Ok thanks, i dont understand Hid is 3 times brighter than halogen. But this is 100w halogen so 35w hid x 3 = 105w halogen? Probably not right? So this HID is like over 200w halogen or something?


----------



## saeckereier (Dec 14, 2007)

*Re: How does 100w halogen compare to xenon hid?*

equal. you already did the math


----------



## MikeLip (Dec 14, 2007)

*Re: How does 100w halogen compare to xenon hid?*

I have a Thor 10MCP and a AmondoTech 30W HID. I don't know about all that fancy HID is 3X incan stuff, but the Amondotech eats the Thors' lunch. I suppose in terms of sheer area light the Thor may be pretty good, but the light from the HID is so superior in terms of color, beam shape and focus that it kicks the Thors' butt. And it weighs about 1/3rd what the Thor does 

The only thing the Thor does better than the Amondotech is warm my office up.


----------



## nanoWatt (Dec 14, 2007)

*Re: How does 100w halogen compare to xenon hid?*

One thing brighter than HID is Carbon Arc, but you've got a lot of UV.


----------



## 2xTrinity (Dec 14, 2007)

*Re: How does 100w halogen compare to xenon hid?*



BVH said:


> HID is roughly 3 times the brightness of Halogen - Watt for Watt so you're about 1/3 the brightness, give or take.


For lumens this is true, but a 35w HID should still have an advantage over a 100W incan in surface brightness, therefore it will throw farther than an Incan of the same brightness.


----------



## Ra (Dec 14, 2007)

*Re: How does 100w halogen compare to xenon hid?*

The main reason why most 100watt spotlights are overpowered by 35watt HID-systems is that the 100watt bulbs mostly are long-life bulbs. On top of that, they are mostly underdriven by low-gauge wireing.

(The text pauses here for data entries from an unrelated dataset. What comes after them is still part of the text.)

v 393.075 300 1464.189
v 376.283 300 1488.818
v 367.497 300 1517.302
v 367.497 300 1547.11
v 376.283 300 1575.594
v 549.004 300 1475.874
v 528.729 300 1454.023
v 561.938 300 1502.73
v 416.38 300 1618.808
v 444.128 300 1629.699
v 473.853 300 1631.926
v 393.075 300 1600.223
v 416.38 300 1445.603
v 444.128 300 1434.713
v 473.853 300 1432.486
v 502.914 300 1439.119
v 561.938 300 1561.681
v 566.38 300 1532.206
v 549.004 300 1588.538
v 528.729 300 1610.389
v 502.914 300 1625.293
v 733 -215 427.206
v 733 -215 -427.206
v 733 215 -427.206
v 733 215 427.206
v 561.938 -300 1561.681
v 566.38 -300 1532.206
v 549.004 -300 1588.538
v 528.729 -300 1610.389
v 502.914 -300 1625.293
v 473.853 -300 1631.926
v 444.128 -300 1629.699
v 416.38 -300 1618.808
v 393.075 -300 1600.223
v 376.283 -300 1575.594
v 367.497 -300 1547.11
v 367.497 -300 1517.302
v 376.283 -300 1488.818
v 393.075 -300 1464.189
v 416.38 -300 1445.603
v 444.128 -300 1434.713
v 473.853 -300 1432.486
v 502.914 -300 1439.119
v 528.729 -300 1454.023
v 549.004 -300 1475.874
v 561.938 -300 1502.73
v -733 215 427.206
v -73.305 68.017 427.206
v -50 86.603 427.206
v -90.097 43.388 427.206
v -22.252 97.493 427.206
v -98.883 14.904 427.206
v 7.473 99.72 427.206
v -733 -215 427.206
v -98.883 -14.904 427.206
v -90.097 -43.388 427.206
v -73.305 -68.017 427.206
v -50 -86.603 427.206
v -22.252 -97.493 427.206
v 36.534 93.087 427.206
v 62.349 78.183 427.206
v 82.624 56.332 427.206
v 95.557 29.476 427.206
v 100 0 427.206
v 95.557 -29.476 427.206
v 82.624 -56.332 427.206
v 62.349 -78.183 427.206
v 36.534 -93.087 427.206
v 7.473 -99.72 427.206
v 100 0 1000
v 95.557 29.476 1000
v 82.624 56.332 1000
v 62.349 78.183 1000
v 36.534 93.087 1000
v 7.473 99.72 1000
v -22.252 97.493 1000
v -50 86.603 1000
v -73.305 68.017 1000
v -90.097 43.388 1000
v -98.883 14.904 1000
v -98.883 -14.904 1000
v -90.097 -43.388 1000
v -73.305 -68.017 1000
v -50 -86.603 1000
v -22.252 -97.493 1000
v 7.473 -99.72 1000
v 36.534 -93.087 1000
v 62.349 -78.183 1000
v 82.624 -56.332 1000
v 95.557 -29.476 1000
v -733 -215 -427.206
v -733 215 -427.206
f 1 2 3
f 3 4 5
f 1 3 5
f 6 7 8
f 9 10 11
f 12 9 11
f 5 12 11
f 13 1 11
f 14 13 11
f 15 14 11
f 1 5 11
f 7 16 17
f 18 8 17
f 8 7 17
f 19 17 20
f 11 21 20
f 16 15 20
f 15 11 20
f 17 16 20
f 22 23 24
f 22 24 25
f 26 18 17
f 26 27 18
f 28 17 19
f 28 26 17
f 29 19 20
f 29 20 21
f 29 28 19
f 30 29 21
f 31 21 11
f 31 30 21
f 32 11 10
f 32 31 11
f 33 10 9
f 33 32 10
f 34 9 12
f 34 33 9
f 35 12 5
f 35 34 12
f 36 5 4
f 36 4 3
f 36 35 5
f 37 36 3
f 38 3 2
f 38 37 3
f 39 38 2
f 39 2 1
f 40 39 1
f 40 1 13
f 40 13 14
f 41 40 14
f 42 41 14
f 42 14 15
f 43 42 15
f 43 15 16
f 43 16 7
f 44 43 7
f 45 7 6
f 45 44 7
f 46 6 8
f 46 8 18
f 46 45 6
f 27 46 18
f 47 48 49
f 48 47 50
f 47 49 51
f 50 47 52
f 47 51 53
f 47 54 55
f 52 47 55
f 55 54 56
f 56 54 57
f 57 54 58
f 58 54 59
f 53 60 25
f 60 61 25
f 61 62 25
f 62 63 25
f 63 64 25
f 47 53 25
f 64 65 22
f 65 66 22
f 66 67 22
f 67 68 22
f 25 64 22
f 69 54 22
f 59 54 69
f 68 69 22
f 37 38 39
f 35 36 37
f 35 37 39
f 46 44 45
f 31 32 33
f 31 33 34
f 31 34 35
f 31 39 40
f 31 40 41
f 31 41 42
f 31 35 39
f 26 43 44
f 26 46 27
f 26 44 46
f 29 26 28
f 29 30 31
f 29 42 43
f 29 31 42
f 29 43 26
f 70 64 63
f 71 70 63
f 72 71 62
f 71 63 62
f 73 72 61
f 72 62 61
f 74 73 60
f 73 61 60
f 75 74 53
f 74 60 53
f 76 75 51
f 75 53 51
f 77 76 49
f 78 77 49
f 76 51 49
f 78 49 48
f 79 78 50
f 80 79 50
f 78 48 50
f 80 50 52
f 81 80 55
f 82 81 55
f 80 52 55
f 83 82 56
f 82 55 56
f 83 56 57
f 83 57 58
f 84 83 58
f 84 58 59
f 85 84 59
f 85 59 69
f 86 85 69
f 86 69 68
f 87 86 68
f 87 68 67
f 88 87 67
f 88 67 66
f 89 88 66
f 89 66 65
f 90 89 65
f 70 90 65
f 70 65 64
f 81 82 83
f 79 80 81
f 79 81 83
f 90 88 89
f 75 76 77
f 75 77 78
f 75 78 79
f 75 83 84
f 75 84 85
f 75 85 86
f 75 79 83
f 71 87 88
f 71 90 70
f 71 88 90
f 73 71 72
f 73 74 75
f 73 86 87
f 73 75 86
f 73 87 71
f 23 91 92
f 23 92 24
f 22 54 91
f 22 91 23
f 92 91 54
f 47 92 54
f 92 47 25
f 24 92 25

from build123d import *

# Parameters (mm, degrees)
F0_W     = 1466
F0_H     = 854.411854
F1_DEPTH = 215
F0_R     = 100
F2_DEPTH = 300
F3_R     = 100
F4_DEPTH = 1000


with BuildPart() as f1:
    # F0 (on Front) → F1 (new body, symmetric)
    with BuildSketch(Plane.XZ):
        Rectangle(F0_W, F0_H)
    extrude(amount=F1_DEPTH, both=True)

    # F3 (on Top) → F4 (join)
    with BuildSketch(Plane.XY):
        Circle(F3_R)
    extrude(amount=F4_DEPTH)


with BuildPart() as f2:
    # F0 (on Front) → F2 (new body, symmetric)
    with BuildSketch(Plane.XZ):
        with Locations((466.380358, 1532.205927)):
            Circle(F0_R)
    extrude(amount=F2_DEPTH, both=True)


solid = Compound([f1.part, f2.part])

The Osram HLX 64625 (12v 100w) halogen short life projection bulb is rated 3600 bulblumens. High quality 35watt 4300K HID gives about 3200-3400 bulblumens..

So, compared to equal wattage halogen projection bulbs, HID has close to three times the lumens output, and three times the surface brightness (aproxx 1.7 times the throw)

Compared to, not overdriven, equal wattage, average spotlight bulbs (Thor 10M, 15M), HID has about 5-7 times the lumens output and surface brightness!


Regards,

Ra.


----------



## roopeseta (Dec 15, 2007)

*Re: How does 100w halogen compare to xenon hid?*

Ok, im going to modify my "thor" with 50w hid or something like that. 


Does anyone know if there are dimmable hid (for xenon) ballasts? I as thinking like a potentiometer thing where i can adjust the lightning with a screw button thing.


----------



## Ra (Dec 15, 2007)

*Re: How does 100w halogen compare to xenon hid?*



roopeseta said:


> Does anyone know if there are dimmable hid (for xenon) ballasts? I as thinking like a potentiometer thing where i can adjust the lightning with a screw button thing.



Not that I know of.. Few ballasts have a tiny pot-meter to adjust power (Auerswald SYS-03510). But these mini-pots are not designed for and meant to be accessed many times.

But why would you want to: It's easy to find 24/50 watt or 35/50 watt boost-ballasts: Power-selection by a switch is much more reliable. On top of that, HID has a quite narrow dimmable range, 24/50watt is about the widest possible! 

From 24watt to 50watt indeed gives significant lumens-difference (and colortemp difference!). From 35 to 50 watt, the difference is already to small to desire any wattage inbetween IMO..


Regards,

Ra.


----------



## roopeseta (Dec 15, 2007)

Ok so ill have to find a 2 mode ballast. Hihg low.


----------